Work instructions: For the entries that follow, give the number of lines holding the string "amount" and nothing more.

Collected data
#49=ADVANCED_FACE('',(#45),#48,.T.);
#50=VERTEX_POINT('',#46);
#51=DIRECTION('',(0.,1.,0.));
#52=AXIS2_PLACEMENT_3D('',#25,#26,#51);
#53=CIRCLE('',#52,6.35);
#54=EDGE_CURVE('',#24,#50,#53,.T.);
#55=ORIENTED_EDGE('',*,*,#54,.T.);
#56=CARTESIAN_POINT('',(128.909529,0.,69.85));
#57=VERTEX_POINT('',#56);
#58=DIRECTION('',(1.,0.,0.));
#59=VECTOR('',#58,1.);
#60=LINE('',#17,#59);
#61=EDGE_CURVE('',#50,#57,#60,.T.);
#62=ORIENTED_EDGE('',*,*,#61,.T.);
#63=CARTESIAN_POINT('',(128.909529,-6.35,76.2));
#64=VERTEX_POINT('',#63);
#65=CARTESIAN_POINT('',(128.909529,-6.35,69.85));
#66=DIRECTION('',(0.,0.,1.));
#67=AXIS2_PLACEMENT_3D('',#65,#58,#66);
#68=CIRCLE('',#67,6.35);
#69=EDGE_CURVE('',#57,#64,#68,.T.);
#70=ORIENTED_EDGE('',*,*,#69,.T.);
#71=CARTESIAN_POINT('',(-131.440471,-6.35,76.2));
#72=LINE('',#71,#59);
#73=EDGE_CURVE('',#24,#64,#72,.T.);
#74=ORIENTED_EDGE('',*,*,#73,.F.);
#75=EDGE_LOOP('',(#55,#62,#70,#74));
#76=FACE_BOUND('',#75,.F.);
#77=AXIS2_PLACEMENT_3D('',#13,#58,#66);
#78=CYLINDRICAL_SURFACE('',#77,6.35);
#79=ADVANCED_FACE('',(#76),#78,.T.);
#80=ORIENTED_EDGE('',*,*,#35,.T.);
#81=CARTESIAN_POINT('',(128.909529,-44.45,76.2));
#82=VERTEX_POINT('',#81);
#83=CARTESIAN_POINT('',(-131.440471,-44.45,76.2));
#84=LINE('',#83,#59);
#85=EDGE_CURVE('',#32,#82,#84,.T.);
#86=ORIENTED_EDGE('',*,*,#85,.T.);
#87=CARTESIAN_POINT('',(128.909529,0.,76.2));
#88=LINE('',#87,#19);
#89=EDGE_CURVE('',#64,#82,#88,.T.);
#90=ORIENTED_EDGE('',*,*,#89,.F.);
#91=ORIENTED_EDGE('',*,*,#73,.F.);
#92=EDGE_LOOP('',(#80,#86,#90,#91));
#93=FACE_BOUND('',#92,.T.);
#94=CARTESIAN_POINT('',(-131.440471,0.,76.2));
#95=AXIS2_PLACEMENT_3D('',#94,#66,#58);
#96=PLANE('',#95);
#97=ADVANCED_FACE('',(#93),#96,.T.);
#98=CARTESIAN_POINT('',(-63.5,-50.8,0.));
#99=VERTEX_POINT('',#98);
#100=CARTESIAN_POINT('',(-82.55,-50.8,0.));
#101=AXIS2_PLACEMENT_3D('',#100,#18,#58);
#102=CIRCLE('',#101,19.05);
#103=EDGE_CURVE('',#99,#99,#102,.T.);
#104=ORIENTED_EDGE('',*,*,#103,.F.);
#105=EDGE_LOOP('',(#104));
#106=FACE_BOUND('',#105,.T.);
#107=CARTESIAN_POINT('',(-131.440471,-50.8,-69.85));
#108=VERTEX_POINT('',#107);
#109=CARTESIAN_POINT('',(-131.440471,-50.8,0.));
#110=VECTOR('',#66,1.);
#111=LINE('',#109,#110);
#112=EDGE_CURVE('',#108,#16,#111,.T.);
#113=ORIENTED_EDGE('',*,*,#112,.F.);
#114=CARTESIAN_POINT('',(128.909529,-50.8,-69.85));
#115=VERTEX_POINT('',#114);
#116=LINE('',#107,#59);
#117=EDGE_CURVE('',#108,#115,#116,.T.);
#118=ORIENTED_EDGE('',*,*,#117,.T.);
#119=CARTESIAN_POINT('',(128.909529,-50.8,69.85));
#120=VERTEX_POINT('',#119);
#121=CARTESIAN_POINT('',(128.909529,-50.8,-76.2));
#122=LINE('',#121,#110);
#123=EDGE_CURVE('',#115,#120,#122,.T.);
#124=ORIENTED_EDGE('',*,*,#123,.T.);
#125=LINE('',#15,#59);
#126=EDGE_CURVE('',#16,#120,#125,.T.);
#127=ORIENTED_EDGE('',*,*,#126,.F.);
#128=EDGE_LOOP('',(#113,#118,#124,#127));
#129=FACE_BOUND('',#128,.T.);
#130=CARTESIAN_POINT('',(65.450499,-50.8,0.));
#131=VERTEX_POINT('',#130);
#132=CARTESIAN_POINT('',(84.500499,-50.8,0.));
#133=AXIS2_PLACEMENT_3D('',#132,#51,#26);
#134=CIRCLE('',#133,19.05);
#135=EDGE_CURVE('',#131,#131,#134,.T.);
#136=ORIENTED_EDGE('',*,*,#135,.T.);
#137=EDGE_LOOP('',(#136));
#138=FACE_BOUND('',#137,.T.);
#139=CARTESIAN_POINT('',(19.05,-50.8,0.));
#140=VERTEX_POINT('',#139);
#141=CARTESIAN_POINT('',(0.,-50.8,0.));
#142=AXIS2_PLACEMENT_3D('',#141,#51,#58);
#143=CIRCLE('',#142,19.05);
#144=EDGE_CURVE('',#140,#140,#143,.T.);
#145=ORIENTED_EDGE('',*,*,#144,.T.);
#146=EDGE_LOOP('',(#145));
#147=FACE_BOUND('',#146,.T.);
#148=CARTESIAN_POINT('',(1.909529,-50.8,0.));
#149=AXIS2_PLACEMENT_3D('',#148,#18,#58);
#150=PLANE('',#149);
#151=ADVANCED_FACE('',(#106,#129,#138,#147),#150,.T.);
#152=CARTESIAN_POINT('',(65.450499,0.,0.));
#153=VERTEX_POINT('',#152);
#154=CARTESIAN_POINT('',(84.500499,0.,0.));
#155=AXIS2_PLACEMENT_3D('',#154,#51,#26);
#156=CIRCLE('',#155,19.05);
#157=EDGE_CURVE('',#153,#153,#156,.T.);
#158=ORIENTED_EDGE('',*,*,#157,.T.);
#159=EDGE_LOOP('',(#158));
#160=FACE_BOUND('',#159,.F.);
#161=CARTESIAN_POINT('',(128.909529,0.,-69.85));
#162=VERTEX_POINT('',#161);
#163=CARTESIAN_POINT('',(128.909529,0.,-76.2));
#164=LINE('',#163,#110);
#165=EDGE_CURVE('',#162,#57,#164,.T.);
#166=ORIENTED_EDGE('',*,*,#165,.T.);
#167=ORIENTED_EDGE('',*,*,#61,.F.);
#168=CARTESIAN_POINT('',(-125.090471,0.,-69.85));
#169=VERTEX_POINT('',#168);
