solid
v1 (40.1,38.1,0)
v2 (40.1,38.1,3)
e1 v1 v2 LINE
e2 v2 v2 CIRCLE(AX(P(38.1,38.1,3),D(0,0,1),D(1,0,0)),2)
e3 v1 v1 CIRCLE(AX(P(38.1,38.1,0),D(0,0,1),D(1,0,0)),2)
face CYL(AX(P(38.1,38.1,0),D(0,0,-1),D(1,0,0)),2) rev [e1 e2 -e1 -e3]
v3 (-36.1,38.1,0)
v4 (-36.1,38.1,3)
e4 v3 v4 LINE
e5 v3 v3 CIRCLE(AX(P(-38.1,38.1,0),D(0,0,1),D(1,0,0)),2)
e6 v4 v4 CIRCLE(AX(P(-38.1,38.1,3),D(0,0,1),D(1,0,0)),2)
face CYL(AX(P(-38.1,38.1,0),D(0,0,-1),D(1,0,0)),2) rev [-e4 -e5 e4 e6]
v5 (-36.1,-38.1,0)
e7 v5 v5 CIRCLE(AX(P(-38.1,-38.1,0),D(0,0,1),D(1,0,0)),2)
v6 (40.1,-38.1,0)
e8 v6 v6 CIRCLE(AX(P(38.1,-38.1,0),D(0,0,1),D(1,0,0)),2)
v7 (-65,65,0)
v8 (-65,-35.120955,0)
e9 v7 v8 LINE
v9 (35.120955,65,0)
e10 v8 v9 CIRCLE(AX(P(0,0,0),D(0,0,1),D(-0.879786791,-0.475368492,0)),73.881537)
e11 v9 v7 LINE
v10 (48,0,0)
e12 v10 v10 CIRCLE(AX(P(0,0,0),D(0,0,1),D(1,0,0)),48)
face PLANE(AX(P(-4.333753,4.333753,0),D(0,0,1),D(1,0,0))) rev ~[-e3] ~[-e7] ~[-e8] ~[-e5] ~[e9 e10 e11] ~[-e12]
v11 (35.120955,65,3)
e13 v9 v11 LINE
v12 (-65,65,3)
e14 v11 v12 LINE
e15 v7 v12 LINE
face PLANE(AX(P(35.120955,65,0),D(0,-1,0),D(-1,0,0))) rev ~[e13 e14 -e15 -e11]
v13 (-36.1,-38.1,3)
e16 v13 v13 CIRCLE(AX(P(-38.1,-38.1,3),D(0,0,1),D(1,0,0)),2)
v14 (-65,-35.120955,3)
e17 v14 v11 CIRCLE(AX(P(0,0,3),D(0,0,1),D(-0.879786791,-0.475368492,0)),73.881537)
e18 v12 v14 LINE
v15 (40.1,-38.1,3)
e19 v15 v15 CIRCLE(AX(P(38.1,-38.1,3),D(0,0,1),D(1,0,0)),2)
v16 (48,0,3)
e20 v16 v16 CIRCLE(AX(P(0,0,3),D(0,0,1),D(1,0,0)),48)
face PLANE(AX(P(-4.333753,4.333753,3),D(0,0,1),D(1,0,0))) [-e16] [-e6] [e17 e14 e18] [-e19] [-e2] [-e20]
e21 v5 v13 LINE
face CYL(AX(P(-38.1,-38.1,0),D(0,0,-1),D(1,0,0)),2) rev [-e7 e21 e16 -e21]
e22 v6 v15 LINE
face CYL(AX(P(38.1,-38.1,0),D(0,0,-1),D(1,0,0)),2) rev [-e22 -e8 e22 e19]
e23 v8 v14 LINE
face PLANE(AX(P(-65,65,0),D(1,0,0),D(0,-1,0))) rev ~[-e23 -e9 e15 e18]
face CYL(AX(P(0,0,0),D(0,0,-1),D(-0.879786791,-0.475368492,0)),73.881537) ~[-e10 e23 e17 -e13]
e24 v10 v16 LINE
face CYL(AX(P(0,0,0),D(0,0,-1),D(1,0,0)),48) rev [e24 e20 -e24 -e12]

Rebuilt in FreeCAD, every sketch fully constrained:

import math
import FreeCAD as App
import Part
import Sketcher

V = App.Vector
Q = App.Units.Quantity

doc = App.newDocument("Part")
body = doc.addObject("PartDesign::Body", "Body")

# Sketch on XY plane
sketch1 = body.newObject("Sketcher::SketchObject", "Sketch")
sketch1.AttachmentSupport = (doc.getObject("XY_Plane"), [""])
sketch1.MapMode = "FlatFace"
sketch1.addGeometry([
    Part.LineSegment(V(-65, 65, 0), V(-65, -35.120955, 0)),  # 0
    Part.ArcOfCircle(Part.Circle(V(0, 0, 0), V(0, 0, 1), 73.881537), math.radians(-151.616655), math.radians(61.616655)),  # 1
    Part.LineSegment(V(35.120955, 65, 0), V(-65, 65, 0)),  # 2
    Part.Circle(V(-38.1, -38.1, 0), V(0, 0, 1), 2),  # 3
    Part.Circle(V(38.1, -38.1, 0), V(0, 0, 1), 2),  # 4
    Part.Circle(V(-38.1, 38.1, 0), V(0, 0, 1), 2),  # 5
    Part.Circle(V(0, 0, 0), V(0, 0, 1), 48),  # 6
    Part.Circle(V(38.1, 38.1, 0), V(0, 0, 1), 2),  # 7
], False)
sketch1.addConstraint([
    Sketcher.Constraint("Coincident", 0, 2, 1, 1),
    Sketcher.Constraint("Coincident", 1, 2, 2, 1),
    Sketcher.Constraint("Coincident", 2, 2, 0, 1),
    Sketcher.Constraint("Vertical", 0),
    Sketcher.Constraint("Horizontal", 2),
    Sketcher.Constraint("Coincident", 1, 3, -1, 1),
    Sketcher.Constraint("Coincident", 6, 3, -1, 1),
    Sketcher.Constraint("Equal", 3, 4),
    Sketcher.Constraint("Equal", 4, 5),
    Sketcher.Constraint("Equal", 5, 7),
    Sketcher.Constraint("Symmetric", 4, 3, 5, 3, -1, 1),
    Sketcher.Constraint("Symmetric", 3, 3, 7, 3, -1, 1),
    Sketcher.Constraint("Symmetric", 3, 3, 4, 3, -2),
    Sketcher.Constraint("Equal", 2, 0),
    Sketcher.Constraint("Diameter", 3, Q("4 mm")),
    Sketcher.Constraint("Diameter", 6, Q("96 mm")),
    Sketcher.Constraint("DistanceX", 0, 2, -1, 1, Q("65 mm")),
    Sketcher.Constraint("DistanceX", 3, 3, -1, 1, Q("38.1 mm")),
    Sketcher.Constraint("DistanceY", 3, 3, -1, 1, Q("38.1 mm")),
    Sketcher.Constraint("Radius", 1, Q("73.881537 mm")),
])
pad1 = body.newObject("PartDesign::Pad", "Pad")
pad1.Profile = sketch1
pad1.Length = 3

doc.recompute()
* * *
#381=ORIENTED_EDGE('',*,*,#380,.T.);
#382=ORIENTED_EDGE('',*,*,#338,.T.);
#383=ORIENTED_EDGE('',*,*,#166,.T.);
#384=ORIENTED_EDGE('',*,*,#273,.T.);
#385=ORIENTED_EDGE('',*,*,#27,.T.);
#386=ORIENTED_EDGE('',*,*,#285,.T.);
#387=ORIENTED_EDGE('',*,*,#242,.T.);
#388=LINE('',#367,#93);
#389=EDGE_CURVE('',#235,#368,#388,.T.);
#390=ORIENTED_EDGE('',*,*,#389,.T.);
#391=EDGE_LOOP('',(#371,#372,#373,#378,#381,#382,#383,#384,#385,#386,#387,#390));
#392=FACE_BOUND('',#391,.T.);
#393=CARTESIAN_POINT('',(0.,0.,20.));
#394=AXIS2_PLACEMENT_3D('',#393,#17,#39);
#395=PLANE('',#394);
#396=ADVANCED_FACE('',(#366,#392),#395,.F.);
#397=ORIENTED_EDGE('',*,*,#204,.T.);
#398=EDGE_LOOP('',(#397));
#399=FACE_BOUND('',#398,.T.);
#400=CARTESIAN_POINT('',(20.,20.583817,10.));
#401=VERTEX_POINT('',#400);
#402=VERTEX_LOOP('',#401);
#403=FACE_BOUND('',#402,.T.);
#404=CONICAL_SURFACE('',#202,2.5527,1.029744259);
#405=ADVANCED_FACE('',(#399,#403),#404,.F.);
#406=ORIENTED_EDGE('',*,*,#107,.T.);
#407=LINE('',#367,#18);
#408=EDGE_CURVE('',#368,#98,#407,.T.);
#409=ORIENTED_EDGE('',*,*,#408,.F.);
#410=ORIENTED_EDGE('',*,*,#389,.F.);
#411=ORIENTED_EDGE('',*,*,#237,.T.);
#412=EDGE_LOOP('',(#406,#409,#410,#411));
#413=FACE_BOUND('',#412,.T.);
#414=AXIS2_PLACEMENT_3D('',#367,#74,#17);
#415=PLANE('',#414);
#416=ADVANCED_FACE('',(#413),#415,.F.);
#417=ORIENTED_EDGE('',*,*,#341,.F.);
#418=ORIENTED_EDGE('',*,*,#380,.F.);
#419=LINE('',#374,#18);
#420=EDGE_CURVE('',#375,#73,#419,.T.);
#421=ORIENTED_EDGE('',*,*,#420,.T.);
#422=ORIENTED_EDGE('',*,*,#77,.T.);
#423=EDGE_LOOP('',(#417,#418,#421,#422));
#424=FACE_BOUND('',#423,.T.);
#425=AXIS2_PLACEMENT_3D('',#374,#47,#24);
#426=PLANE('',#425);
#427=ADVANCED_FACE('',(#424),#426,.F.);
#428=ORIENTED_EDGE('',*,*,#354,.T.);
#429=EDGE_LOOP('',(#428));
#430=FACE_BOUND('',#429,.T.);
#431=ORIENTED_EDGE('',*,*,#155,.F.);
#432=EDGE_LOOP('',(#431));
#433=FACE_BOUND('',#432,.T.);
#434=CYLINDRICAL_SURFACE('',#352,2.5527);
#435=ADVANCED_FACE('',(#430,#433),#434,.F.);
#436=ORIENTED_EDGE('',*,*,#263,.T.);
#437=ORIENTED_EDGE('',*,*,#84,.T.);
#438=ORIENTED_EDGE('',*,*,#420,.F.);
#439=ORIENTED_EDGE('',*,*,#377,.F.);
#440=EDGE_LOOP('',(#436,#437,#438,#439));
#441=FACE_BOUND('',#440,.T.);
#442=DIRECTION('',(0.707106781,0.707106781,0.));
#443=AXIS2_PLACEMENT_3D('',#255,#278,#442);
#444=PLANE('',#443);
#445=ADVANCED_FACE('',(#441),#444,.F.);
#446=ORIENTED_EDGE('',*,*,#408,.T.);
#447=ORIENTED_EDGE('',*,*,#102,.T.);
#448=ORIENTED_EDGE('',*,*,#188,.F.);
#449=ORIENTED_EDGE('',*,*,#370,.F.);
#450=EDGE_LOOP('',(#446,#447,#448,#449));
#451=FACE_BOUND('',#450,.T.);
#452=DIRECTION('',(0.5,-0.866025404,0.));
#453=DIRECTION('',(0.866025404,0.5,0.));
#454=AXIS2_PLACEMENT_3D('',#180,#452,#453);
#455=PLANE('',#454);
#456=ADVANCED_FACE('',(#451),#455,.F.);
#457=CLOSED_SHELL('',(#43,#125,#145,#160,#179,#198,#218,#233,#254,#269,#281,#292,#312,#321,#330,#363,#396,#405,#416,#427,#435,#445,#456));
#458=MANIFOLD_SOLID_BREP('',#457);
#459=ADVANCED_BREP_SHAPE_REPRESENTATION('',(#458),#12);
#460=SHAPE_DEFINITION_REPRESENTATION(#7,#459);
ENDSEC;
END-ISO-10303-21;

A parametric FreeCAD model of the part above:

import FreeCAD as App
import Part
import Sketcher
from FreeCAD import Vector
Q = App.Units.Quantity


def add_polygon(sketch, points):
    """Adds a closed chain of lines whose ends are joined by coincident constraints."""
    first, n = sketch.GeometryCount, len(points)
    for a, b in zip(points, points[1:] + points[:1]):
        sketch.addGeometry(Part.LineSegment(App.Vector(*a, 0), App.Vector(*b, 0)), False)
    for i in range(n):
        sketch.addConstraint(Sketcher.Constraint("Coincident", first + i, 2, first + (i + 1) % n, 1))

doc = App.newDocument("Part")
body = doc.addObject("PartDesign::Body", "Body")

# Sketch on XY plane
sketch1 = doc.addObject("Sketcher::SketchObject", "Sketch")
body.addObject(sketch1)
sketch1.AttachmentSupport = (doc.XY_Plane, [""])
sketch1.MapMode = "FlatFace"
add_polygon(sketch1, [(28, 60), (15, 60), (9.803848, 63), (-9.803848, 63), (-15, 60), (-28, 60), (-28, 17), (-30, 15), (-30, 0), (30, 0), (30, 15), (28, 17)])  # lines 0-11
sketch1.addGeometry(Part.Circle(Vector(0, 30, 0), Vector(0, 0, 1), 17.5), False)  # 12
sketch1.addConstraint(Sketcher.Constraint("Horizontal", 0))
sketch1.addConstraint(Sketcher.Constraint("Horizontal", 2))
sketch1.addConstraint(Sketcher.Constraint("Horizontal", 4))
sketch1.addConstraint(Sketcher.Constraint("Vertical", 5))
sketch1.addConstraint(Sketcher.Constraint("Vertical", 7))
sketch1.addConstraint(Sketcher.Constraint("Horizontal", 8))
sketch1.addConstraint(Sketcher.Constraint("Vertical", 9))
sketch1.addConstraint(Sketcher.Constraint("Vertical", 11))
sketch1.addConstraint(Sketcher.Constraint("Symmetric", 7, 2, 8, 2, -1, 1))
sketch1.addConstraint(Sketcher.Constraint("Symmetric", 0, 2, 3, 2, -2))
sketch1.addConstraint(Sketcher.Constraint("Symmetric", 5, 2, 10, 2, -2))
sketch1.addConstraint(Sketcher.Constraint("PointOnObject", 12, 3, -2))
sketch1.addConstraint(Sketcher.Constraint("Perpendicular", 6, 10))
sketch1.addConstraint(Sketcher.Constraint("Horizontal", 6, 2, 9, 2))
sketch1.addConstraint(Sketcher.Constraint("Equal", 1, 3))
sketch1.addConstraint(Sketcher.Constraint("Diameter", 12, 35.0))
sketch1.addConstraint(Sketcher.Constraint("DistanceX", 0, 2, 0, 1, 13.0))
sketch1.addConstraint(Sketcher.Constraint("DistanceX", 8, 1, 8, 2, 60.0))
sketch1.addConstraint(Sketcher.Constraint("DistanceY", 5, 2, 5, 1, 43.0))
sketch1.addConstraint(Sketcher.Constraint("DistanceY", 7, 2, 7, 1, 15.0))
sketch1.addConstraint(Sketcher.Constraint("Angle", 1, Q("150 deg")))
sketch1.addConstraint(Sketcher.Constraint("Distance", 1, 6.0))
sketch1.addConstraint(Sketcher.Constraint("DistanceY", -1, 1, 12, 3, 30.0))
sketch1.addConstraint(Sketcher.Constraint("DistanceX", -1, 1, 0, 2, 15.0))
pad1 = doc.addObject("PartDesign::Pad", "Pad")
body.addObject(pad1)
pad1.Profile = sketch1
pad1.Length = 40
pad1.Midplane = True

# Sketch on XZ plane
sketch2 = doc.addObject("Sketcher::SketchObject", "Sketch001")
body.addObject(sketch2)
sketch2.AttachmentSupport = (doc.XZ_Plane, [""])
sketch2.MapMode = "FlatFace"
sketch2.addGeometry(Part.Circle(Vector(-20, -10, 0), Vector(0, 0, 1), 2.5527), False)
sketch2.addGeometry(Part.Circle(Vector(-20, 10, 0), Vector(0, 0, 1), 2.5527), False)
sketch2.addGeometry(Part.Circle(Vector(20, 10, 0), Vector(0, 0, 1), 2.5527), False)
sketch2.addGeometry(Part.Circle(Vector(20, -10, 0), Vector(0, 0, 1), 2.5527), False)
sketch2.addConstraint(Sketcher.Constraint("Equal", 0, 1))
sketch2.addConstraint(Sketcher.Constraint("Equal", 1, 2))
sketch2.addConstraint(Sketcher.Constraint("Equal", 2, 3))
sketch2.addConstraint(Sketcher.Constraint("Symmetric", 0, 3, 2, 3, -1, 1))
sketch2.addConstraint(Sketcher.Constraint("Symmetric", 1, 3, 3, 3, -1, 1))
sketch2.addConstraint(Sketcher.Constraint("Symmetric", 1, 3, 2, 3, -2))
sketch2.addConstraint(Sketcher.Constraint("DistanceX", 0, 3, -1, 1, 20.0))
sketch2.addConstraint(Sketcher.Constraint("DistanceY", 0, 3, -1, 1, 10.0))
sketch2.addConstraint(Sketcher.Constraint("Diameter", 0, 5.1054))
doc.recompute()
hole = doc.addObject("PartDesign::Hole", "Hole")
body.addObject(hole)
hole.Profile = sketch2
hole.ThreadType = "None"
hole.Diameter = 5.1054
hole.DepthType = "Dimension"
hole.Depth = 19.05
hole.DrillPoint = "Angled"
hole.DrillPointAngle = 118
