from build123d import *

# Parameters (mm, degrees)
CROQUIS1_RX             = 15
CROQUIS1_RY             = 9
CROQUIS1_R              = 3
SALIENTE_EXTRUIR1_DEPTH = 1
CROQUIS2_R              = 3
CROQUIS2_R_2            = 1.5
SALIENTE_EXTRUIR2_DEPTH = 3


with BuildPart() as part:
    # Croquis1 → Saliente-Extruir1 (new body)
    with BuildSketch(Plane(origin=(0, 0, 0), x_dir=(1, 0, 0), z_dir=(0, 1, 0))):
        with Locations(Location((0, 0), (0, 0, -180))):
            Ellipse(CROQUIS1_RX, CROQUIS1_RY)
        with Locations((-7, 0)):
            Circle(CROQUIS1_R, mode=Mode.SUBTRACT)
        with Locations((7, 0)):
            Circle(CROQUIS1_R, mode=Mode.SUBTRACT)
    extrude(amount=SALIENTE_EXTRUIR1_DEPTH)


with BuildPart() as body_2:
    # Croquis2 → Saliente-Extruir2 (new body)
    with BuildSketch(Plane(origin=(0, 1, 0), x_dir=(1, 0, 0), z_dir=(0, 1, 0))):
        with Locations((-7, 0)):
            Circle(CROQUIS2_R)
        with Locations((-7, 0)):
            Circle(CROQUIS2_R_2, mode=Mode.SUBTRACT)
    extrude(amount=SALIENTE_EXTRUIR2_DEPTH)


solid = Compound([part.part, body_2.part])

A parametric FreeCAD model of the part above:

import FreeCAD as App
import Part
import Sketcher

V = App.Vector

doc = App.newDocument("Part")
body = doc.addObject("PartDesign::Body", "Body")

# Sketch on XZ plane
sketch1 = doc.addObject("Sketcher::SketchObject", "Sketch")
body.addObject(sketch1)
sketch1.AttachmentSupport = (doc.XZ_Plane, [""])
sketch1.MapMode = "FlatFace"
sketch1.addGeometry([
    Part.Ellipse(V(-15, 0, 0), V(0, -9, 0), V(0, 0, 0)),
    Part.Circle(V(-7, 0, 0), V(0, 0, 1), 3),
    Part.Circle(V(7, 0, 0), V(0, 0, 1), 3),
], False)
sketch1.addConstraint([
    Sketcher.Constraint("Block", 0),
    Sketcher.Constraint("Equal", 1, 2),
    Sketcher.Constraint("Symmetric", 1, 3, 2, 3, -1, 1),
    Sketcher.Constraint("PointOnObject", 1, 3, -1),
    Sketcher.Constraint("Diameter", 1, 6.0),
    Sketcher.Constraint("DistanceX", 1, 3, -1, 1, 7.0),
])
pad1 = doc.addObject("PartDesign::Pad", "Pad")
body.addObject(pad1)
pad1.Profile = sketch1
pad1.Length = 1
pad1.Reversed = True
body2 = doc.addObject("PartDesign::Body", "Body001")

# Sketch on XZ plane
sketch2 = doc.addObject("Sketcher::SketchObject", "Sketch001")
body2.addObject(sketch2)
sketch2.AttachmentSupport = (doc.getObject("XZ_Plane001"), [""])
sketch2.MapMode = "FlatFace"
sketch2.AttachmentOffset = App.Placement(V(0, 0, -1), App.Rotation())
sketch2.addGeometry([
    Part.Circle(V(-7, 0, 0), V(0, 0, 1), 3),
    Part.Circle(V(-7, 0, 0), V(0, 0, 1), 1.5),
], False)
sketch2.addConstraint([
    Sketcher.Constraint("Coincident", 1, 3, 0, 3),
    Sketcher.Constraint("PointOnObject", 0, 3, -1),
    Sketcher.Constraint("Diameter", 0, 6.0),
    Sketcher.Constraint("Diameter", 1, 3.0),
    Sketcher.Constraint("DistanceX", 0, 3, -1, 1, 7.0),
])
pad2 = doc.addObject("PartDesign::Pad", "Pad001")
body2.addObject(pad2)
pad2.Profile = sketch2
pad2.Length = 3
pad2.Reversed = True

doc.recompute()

Answer to this exercise: 2